A colorful weekend in The Nutmeg State
The changing of the seasons from summer to fall is one of the most wondrous things to experience on this planet. All that green we enjoyed for the past six months gives way to vibrant reds, oranges and yellows. For a few short weeks in October, New England glows and people come from all over the world to see it for themselves.
Connecticut epitomizes autumn in autumn. Just thinking of it brings up those good feelings of leaves crunching under your feet, a brisk breeze on your face, sipping a warm drink by a fireplace, driving over colorful hills and strolling through covered bridges. Long Islanders are fortunate to be only a short distance away—about 1 to 3 hours by car or a hop, skip and a jump by ferry. Spending a weekend among the fall foliage is an absolute must for all leaf peepers and outdoors seekers.
The Nutmeg State
If you’re wondering why Connecticut is sometimes called The Nutmeg State, you’re not alone. The answer would be obvious if nutmeg trees (Myristica fragrans) grew in abundance in Connecticut, but they don’t. They grow in various tropical locales such as Indonesia, Malaysia and the Caribbean. The answer lies back hundreds of years ago when the spice trade was booming. Connecticut merchants imported nutmeg, a spice prevalent in early American cuisine. The term “nutmegger” may have come about when salesmen sold fake nutmeg seeds to unsuspecting buyers. Alternately, the nutmegs may not have been fake—it’s possible the buyers didn’t know nutmeg must be grated to impart its flavor and they claimed to have been swindled due to the misunderstanding.
The official nickname of Connecticut is The Constitution State. Another one that pops up from time to time is The Land of Steady Habits. However, The Nutmeg State is most apropos, especially in autumn when it describes the warm colors and comforting spiced scents and flavors closely associated with the season.
Fall Foliage Finder
If all goes according to plan, in early October, the northernmost eastern and western corners of Connecticut will be at peak vibrance. By mid-October, the northern two-thirds of the state will be overtaken by the colors of fall. By late October, every part of the state will be touched by the palette leaf peepers lust after.

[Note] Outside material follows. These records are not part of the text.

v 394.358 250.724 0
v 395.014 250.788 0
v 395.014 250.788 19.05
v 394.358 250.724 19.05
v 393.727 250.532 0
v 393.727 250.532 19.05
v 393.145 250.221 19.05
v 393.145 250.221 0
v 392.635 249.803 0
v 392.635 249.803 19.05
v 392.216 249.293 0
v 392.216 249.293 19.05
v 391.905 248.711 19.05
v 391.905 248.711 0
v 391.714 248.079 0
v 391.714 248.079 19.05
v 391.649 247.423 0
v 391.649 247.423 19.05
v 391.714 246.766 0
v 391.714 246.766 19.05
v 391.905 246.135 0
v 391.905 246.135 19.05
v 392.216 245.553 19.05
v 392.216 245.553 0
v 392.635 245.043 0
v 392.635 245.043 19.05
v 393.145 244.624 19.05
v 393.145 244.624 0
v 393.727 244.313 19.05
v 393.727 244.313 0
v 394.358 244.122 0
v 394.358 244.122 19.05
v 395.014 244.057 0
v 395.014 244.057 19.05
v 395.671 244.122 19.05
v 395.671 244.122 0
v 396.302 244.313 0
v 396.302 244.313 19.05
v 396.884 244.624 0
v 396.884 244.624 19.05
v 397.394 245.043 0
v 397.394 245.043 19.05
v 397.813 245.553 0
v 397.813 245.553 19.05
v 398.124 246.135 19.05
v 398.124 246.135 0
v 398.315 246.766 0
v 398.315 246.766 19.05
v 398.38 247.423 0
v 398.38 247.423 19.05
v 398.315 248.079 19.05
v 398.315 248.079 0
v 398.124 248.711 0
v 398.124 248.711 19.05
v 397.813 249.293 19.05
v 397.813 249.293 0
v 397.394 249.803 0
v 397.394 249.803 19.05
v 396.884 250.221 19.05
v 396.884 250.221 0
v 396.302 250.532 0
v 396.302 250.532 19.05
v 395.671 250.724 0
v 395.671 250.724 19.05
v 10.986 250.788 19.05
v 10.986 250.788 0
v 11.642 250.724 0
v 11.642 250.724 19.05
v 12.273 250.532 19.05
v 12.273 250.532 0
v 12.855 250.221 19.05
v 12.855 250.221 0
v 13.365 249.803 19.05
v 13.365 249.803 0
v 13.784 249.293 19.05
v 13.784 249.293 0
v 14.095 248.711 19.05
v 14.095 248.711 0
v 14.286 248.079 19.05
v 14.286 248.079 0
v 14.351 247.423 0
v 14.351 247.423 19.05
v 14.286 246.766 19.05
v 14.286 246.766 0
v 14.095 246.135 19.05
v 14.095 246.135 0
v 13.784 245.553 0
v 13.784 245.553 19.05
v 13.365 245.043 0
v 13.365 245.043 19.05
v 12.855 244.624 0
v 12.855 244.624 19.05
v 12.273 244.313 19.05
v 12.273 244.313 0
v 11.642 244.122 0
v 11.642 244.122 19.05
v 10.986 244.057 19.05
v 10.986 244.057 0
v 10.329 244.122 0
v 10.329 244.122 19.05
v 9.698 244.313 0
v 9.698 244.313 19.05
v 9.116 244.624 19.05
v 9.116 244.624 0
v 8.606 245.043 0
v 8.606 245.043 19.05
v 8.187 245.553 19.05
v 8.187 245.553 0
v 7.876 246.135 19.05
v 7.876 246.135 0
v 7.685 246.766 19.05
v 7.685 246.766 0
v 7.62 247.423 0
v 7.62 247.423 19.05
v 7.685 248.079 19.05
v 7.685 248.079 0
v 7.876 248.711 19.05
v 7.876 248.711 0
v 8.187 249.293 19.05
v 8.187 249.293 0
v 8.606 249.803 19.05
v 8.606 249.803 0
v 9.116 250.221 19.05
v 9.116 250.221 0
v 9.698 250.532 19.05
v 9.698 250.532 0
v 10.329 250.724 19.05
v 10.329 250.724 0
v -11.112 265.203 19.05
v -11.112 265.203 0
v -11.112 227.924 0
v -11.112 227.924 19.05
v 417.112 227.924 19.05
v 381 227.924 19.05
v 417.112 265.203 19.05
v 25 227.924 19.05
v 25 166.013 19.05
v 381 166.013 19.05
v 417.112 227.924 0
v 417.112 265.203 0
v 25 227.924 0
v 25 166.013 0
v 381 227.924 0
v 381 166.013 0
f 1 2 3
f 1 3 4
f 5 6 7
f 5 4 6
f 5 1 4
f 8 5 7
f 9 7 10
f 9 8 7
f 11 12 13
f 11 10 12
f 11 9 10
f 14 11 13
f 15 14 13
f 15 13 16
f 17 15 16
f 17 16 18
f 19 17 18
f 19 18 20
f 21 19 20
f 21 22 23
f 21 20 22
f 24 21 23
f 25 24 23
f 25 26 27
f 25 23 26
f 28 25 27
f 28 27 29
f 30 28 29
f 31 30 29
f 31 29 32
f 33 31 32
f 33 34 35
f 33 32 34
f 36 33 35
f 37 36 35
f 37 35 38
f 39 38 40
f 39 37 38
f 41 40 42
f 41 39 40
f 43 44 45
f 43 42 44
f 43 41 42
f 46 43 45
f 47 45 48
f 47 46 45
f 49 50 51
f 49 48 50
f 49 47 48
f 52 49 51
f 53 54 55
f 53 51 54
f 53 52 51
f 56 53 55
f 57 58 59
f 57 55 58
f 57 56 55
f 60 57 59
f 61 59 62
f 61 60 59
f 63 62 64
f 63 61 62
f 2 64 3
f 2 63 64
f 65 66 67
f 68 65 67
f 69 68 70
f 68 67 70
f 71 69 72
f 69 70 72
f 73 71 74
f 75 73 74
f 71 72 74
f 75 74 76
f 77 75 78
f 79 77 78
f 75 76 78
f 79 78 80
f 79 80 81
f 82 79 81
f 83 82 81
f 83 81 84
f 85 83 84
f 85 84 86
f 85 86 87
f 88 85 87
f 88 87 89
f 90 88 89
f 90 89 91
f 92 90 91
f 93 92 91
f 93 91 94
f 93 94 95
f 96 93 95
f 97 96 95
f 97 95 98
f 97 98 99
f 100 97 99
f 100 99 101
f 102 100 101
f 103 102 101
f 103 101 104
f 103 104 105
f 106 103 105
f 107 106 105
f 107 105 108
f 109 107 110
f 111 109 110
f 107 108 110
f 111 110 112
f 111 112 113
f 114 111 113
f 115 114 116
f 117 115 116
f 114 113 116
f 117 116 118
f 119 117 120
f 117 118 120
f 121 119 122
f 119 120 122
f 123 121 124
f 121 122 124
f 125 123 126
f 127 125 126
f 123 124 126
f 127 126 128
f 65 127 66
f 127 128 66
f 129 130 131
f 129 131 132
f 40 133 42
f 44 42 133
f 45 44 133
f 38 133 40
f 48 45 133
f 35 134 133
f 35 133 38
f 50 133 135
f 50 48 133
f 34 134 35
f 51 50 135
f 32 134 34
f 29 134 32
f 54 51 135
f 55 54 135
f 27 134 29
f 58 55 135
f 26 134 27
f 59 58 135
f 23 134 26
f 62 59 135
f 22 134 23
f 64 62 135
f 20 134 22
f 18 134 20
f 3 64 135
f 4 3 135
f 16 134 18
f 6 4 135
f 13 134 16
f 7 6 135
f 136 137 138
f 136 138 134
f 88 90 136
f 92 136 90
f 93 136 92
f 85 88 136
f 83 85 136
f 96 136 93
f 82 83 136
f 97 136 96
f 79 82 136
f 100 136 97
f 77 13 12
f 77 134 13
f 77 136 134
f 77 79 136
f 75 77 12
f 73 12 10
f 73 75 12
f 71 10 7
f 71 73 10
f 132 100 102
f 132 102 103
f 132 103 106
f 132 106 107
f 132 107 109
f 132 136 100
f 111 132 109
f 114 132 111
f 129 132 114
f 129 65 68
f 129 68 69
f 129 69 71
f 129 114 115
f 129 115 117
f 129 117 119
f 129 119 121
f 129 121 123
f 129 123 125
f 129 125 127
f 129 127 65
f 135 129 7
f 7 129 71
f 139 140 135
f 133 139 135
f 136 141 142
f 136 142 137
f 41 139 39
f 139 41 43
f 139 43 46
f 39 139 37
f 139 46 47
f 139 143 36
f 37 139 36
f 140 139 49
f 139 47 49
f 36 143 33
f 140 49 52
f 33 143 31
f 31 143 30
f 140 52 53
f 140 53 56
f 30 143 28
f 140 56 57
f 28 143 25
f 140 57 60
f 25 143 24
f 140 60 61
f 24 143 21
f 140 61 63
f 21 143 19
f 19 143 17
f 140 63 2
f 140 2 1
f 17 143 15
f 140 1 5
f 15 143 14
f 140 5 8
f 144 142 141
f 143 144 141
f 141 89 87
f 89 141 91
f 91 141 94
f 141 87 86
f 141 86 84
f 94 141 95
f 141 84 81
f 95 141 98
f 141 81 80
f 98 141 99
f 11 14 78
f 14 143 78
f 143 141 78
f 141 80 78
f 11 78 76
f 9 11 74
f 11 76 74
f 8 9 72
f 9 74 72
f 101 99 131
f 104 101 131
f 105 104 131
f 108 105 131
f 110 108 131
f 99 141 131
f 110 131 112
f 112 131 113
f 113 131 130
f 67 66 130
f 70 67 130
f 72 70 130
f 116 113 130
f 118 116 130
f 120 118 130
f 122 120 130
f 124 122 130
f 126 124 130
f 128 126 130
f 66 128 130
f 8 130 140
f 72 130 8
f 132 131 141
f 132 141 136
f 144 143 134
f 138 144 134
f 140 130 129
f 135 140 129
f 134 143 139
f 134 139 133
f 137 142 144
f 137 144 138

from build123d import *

# Parameters (mm, degrees)
SKETCH2_W           = 19.05
SKETCH2_H           = 37.278922504
BOSS_EXTRUDE1_DEPTH = 428.225
BOSS_EXTRUDE2_DEPTH = 356
SKETCH6_R           = 3.3655
CUT_EXTRUDE1_DEPTH  = 25.4


with BuildPart() as part:
    # Sketch2 → Boss-Extrude1 (new body)
    with BuildSketch(Plane.ZY.offset(11.1125)):
        with Locations((9.525, 246.563328153)):
            Rectangle(SKETCH2_W, SKETCH2_H)
    extrude(amount=-BOSS_EXTRUDE1_DEPTH)

    # Sketch5 → Boss-Extrude2 (add)
    with BuildSketch(Plane.ZY.offset(-381)):
        Polygon((19.05, 227.923866901), (0, 227.923866901), (0, 201.997670401), (19.05, 224.857670401), align=None)
        Polygon((19.05, 224.857670401), (0, 201.997670401), (0, 192.286298431), (19.05, 215.146298431), align=None)
        Polygon((19.05, 215.146298431), (0, 192.286298431), (0, 166.012618521), (19.05, 188.872618521), align=None)
        Polygon((0, 166.012618521), (19.05, 166.012618521), (19.05, 188.872618521), align=None)
    extrude(amount=BOSS_EXTRUDE2_DEPTH)

    # Sketch6 → Cut-Extrude1 (cut)
    with BuildSketch(Plane(origin=(203, 213.395866862, -1.905), x_dir=(-1, 0, 0), z_dir=(0, 0, -1))):
        with Locations(Location((192.0145, 34.026922543, 0), (0, 0, 90))):
            Circle(SKETCH6_R)
    cut_extrude1 = extrude(amount=-CUT_EXTRUDE1_DEPTH, mode=Mode.SUBTRACT)

    # Mirror1: Cut-Extrude1 across plane
    add(cut_extrude1.mirror(Plane.ZY.offset(-203)), mode=Mode.SUBTRACT)


solid = part.part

Visit CT, Connecticut’s Office of Tourism, offers a handy week-by-week guide to fall foliage on its website at ctvisit.com. The maps are based upon historic field observations by the Department of Energy and Environmental Protection Foresters. The Foliage Finder is a very helpful guide to planning your trip to the state that boasts New England’s longest foliage season.
Be A Gilmore Girl
Gilmore Girls, which ran on The WB and The CW from 2000 to 2007 and Netflix in 2016, is known for taking place in the quaint small town of Stars Hollow, CT. Though fictional, the setting was inspired by the charming towns in the Litchfield Hills area of Connecticut.
The Mayflower Inn & Spa in Washington, CT, served as inspiration for the fictional Independence Inn run by Lorelai Gilmore on the television show. While in Washington, also stop at Marty’s Café (aka Luke’s Diner), the Washington Food Market (aka Doose’s Market) and The Hickory Stick Bookshop (aka Stars Hollow Books).
Between the gazebo, the library and the independent shops, New Milford feels even more like Stars Hollow than Washington. For a coffee fix—and you can’t be a Gilmore Girl without fueling up with a cup of coffee or six—stop into the cozy River & Rail Café. Spend the rest of your morning at the Town Green and the afternoon at Lovers Leap State Park with magnificent views of the Housatonic River.
Litchfield, which is mentioned by name on Gilmore Girls, is a lovely place to stop if you enjoy antiquing. Nearby Kent also has a Stars Hollow vibe with a cute downtown area, and features Bulls Covered Bridge which sits atop a waterfall. A ways away on Connecticut’s shoreline, Guilford also resembles the home of the Gilmore Girls, and even has a Taylor’s Old-Fashioned Soda Shoppe lookalike called The Village Chocolatier. Not far from Guilford is the Essex Steam Train, a vintage locomotive that weaves its way through the unspoiled Connecticut River Valley and gives you a front row seat to the blazing foliage.
The Quiet Corner
The northeast portion of Connecticut has been dubbed “The Quiet Corner” by locals for its rolling hills, farmlands and scenic views throughout. On the relaxing drive around this area, you will encounter Route 169, a National Scenic Byway designated as such for its intrinsic historical value. The road passes through Colonial homesteads, churches, stone walls and meeting houses of classic New England towns. Maples and pines stand tall along the byway, interspersed with open fields and glacially deposited boulders.
Visit the Prudence Crandall Museum in Canterbury, a former boarding school historically significant to Civil Rights and education equality in this country. The museum will close for renovations after Oct. 20, 2019. Antiques Marketplace in Putnam is one of Connecticut’s oldest antiques mega-malls, with more than 130 exhibiting antiques dealers in the large space. Creamery Brook Bison is a working farm in Brooklyn where the buffalo really do roam. The farm offers wagon rides to the public and has several events coming up this October.
For lunch, enjoy some comfort food at the Vanilla Bean Café, located in a restored, early 19th-century barn in Pomfret. For dinner, don’t miss a gourmet meal and wine tasting at Sharpe Hill Vineyard.
Also spend some time in the town of Woodstock, which is known for its tranquil, pastoral scenery. The Inn at Woodstock Hill Bed and Breakfast is a restored country estate on 19 acres, listed on the National Register of Historic Places, with working fireplaces and a bar/lounge on site. A stone’s throw from other points of interest in the Quiet Corner, the inn is an ideal place to spend your evenings during the perfect autumn weekend in Connecticut.